%%

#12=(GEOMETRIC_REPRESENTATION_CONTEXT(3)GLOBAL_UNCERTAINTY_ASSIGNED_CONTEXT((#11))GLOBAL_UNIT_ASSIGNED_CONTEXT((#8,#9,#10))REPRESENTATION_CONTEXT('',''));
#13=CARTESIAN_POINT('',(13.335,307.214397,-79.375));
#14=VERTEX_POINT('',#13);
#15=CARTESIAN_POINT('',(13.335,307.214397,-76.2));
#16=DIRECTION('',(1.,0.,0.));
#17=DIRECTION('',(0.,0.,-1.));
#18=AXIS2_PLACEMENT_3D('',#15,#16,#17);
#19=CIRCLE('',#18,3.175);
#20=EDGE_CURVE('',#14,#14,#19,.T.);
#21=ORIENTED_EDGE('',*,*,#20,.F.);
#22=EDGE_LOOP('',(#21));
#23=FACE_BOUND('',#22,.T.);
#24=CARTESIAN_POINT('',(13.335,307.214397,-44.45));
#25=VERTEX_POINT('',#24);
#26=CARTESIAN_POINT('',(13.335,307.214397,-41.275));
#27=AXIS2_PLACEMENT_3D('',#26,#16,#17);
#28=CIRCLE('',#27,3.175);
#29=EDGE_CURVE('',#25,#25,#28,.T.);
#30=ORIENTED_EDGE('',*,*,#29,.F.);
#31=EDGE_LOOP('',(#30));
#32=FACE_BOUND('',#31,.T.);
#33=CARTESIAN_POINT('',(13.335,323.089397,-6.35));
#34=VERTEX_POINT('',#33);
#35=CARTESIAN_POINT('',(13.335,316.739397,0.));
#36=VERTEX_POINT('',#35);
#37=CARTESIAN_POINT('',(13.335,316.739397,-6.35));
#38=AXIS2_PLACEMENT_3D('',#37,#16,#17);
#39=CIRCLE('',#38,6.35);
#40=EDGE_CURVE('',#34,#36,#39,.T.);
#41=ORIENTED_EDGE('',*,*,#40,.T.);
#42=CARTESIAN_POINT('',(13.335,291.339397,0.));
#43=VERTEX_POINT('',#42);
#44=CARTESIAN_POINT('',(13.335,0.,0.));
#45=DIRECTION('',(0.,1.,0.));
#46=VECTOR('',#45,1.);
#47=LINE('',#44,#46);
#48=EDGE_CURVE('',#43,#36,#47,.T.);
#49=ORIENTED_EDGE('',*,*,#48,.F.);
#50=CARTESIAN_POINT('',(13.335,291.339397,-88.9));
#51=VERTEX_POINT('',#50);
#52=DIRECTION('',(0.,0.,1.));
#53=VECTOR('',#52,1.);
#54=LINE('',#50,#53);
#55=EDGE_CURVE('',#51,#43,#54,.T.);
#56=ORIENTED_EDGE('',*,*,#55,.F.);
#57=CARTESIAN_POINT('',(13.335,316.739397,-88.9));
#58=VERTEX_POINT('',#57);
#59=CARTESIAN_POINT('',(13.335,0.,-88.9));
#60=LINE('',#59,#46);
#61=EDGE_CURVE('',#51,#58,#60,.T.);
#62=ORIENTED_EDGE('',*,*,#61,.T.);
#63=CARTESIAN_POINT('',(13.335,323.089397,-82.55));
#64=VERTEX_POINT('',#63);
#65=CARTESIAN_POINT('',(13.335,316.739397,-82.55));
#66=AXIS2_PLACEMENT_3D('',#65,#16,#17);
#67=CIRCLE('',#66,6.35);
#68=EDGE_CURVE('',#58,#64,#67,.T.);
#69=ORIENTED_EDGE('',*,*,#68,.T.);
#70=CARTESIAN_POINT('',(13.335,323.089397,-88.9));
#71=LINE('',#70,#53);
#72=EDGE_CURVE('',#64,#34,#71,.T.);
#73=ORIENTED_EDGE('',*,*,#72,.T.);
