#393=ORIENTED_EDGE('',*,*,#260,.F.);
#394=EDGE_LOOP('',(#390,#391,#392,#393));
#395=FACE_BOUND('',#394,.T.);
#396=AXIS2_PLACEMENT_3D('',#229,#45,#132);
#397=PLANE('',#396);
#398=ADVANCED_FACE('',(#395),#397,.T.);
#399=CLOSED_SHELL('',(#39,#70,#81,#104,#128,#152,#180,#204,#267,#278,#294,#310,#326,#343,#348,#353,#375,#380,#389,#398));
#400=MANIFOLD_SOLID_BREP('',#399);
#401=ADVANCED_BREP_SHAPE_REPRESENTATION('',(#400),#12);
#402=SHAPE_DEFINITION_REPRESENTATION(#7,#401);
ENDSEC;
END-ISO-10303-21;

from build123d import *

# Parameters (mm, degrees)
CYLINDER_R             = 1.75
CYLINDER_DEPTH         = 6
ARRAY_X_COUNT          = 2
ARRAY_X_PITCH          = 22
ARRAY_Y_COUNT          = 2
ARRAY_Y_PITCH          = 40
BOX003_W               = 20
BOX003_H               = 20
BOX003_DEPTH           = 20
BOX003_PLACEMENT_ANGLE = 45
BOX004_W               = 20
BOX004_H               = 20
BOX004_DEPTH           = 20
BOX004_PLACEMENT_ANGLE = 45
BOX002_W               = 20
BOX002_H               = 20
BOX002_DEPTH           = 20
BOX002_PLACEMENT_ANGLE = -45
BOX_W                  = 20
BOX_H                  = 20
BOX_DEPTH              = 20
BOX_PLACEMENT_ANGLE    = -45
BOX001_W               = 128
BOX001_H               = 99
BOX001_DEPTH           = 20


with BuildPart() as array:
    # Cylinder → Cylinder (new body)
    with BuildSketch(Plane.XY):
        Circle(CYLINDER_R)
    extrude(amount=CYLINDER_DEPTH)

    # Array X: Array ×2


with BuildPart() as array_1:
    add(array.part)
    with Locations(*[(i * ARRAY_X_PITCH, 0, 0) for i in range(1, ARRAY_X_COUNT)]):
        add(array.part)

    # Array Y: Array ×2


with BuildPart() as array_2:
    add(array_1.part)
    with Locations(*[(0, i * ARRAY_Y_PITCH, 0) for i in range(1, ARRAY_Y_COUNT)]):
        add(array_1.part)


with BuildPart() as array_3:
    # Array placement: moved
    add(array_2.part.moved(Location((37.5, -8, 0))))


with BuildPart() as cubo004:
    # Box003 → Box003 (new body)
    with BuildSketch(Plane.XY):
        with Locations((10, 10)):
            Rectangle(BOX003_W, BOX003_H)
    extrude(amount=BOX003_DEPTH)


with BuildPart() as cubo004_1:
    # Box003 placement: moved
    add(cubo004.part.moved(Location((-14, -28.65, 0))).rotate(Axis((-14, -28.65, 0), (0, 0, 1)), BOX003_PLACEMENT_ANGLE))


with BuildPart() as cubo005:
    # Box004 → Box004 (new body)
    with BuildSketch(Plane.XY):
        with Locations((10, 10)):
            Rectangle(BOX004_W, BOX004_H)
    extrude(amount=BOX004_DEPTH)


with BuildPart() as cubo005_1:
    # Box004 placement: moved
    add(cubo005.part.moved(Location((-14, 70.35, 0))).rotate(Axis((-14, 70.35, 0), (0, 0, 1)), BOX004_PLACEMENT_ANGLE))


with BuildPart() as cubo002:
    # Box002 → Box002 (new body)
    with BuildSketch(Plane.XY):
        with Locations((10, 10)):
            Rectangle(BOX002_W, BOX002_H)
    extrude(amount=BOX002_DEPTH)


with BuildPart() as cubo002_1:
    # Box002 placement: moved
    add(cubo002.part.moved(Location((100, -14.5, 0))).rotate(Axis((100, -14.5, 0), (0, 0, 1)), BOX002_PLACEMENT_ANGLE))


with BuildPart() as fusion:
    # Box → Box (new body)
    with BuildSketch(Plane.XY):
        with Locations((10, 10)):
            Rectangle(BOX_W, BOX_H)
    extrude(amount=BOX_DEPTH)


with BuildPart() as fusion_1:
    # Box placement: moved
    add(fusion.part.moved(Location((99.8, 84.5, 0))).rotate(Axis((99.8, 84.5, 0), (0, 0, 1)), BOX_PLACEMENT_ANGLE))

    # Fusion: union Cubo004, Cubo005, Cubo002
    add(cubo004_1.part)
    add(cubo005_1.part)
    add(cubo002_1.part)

%%
%%

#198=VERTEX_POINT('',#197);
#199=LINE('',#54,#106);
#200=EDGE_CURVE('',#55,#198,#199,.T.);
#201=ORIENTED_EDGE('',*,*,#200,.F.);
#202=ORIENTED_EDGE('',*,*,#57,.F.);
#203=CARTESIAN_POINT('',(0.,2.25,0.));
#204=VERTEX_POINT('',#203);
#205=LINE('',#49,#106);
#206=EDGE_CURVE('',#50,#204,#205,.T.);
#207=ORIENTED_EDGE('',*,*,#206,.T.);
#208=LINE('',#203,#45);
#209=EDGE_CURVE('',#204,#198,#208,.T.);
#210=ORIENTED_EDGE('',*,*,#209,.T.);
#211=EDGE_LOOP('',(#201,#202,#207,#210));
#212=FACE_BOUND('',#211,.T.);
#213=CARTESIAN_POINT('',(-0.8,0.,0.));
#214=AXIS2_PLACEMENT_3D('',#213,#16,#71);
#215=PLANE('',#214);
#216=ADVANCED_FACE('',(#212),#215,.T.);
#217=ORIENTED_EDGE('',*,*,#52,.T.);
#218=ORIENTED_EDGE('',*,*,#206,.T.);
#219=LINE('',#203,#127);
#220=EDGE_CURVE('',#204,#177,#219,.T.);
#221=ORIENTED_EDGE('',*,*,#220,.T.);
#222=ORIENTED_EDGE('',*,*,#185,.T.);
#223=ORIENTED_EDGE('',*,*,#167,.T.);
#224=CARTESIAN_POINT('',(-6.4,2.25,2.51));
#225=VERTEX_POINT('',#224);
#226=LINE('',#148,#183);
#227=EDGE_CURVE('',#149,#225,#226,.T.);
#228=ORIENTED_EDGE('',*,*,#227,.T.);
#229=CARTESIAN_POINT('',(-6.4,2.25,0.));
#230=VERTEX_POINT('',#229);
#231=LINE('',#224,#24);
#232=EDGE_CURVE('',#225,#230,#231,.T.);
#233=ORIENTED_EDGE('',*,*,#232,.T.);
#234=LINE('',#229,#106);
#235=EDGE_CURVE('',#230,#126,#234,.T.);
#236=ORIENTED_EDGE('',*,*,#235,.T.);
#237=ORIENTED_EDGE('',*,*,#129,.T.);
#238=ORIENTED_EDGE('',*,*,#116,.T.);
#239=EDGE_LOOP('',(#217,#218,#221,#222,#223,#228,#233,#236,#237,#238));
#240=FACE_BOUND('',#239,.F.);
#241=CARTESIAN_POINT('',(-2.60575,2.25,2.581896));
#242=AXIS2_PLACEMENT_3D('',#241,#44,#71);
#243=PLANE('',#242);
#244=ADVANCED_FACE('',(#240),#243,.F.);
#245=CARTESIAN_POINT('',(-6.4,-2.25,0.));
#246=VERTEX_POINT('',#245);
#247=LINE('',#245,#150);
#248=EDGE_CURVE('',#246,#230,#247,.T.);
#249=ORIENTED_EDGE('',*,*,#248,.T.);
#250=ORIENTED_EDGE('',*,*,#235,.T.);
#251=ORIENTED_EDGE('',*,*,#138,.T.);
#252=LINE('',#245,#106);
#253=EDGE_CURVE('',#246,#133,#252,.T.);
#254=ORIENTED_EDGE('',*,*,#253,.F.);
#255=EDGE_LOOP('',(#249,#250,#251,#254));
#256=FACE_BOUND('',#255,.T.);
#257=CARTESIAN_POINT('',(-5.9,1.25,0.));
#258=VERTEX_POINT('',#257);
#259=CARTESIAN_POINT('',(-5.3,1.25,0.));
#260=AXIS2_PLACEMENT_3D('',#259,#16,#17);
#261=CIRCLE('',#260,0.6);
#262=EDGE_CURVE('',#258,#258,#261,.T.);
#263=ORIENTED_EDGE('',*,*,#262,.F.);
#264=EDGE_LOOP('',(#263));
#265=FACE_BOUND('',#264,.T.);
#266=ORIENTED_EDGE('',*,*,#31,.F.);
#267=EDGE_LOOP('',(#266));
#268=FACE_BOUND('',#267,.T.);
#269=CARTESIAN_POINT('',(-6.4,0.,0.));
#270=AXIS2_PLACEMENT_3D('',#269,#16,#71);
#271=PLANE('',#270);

%%
%%

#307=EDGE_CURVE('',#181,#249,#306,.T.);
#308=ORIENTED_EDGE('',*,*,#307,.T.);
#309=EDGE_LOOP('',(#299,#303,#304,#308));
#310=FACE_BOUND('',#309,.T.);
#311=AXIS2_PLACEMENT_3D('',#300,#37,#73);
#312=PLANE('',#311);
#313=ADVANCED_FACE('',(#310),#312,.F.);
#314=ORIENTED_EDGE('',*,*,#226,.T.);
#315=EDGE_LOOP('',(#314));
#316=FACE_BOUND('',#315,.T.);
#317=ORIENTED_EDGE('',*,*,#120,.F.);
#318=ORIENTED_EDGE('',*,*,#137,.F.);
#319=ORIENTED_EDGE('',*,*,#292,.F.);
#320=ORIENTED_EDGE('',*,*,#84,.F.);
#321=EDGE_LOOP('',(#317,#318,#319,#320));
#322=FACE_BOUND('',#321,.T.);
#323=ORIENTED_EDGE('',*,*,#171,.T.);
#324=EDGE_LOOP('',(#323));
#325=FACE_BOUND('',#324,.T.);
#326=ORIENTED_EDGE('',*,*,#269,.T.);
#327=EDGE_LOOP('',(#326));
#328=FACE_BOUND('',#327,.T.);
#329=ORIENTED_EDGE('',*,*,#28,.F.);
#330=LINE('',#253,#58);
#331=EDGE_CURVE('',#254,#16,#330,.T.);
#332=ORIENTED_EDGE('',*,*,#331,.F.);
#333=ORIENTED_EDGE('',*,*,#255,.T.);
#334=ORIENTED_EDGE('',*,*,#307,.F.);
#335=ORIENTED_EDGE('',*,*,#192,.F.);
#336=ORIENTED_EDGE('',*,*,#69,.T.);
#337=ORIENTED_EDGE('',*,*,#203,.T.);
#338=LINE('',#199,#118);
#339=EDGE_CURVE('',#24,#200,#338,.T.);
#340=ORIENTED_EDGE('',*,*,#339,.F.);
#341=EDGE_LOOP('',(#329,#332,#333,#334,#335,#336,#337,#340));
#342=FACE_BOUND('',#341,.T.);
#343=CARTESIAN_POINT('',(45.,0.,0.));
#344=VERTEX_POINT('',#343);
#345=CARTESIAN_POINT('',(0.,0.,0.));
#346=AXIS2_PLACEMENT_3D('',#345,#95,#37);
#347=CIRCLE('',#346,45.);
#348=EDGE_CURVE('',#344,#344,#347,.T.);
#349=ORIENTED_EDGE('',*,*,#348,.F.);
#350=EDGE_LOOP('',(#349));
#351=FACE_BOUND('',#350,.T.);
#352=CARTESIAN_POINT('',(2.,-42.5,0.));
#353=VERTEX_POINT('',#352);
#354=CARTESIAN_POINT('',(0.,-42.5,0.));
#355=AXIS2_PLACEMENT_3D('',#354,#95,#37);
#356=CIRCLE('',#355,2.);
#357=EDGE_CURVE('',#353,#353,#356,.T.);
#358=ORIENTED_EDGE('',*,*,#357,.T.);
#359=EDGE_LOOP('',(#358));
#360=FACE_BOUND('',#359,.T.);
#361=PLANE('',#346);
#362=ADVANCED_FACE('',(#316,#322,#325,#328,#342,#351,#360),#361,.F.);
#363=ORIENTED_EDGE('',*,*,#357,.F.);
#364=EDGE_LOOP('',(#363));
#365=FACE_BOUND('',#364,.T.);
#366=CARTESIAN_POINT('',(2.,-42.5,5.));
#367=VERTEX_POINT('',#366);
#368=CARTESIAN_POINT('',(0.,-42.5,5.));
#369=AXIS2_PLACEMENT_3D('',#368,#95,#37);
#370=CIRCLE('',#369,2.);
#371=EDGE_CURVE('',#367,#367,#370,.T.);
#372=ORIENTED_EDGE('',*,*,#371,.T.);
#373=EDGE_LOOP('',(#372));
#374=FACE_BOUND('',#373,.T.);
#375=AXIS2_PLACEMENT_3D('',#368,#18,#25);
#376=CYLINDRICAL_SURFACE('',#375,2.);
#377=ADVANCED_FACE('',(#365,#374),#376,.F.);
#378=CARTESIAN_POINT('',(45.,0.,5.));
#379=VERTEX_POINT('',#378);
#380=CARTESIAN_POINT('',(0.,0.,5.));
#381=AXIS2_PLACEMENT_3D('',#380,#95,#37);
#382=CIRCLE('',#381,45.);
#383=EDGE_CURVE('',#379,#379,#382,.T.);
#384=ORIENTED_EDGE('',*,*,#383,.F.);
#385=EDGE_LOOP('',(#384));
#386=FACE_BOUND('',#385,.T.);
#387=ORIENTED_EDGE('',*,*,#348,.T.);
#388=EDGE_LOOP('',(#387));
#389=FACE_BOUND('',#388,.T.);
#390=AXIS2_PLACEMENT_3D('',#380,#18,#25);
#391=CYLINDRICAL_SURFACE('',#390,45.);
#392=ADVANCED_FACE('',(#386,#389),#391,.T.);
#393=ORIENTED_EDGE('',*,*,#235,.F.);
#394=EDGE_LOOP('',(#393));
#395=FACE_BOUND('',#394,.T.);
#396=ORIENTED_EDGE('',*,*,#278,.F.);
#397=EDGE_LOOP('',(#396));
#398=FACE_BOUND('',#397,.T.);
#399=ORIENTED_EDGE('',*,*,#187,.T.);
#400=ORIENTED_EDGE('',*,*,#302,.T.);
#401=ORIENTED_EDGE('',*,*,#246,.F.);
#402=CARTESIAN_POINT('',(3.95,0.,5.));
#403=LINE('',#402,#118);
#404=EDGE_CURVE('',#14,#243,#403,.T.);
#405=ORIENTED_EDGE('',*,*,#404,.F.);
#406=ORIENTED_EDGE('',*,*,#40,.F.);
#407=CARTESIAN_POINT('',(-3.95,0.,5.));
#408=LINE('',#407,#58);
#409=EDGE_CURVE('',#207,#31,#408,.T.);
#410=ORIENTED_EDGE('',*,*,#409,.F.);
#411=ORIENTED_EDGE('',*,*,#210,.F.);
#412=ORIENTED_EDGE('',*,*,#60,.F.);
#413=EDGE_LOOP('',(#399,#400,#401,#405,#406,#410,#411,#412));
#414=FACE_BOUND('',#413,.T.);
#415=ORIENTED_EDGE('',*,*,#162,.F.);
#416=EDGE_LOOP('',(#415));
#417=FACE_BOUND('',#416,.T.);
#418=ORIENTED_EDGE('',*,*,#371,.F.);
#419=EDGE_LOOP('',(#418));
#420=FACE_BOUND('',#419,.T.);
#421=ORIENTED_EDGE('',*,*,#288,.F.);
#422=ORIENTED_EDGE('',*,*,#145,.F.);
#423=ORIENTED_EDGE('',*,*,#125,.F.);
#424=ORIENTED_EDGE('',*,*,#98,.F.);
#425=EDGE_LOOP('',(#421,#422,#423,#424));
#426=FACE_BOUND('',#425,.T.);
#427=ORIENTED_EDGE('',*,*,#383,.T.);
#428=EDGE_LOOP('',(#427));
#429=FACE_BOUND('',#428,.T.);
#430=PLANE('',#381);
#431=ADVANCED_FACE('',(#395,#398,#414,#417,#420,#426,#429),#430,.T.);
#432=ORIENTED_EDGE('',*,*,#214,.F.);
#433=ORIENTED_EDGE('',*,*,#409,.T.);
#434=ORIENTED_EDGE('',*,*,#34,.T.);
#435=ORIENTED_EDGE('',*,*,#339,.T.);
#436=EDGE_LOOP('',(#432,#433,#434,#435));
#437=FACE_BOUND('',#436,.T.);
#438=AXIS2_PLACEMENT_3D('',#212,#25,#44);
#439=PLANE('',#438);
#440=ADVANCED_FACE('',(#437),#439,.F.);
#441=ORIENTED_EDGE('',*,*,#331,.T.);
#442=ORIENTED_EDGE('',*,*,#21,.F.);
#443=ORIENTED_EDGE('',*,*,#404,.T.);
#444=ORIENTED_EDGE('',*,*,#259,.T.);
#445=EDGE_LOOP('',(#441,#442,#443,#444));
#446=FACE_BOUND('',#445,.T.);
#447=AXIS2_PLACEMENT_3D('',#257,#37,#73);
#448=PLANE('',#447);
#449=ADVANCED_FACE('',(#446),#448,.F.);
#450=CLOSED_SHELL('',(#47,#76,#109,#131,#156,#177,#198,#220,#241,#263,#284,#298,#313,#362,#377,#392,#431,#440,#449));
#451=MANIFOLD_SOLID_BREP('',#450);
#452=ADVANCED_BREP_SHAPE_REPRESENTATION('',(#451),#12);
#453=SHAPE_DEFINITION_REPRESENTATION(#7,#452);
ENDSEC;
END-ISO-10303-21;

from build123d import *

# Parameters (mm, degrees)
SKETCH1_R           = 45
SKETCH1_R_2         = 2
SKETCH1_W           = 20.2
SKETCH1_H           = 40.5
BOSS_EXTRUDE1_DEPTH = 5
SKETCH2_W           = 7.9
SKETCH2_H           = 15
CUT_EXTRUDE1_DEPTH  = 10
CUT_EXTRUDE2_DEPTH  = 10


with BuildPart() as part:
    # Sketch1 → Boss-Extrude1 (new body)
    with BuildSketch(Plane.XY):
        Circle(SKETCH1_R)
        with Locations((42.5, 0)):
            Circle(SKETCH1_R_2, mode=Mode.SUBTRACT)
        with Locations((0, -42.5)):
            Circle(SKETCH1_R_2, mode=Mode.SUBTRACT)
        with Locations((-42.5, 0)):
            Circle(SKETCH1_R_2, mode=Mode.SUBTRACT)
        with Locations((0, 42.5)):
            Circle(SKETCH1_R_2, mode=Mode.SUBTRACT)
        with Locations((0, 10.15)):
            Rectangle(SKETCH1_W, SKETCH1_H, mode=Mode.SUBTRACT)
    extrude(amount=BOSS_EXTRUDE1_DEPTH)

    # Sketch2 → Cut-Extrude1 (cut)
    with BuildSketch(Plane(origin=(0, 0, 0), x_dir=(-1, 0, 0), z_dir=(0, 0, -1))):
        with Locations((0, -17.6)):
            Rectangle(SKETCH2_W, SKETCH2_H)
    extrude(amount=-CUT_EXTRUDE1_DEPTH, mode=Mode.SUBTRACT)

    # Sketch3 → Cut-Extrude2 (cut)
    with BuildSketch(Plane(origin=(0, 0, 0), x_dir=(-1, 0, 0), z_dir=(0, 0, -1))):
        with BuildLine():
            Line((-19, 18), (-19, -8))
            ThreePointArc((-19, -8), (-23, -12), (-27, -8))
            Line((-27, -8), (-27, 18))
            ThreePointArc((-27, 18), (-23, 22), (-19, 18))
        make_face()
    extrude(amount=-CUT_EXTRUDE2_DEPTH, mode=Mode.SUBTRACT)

%%

(WORK INSTRUCTIONS)
All that should be written out is the stretch of lines above between the one holding "#248=EDGE_CURVE('',#246,#230,#247,.T.);" and the one holding "#271=PLANE('',#270);", inclusive, exactly as given.

(REPLY TO THE EXERCISE)
#248=EDGE_CURVE('',#246,#230,#247,.T.);
#249=ORIENTED_EDGE('',*,*,#248,.T.);
#250=ORIENTED_EDGE('',*,*,#235,.T.);
#251=ORIENTED_EDGE('',*,*,#138,.T.);
#252=LINE('',#245,#106);
#253=EDGE_CURVE('',#246,#133,#252,.T.);
#254=ORIENTED_EDGE('',*,*,#253,.F.);
#255=EDGE_LOOP('',(#249,#250,#251,#254));
#256=FACE_BOUND('',#255,.T.);
#257=CARTESIAN_POINT('',(-5.9,1.25,0.));
#258=VERTEX_POINT('',#257);
#259=CARTESIAN_POINT('',(-5.3,1.25,0.));
#260=AXIS2_PLACEMENT_3D('',#259,#16,#17);
#261=CIRCLE('',#260,0.6);
#262=EDGE_CURVE('',#258,#258,#261,.T.);
#263=ORIENTED_EDGE('',*,*,#262,.F.);
#264=EDGE_LOOP('',(#263));
#265=FACE_BOUND('',#264,.T.);
#266=ORIENTED_EDGE('',*,*,#31,.F.);
#267=EDGE_LOOP('',(#266));
#268=FACE_BOUND('',#267,.T.);
#269=CARTESIAN_POINT('',(-6.4,0.,0.));
#270=AXIS2_PLACEMENT_3D('',#269,#16,#71);
#271=PLANE('',#270);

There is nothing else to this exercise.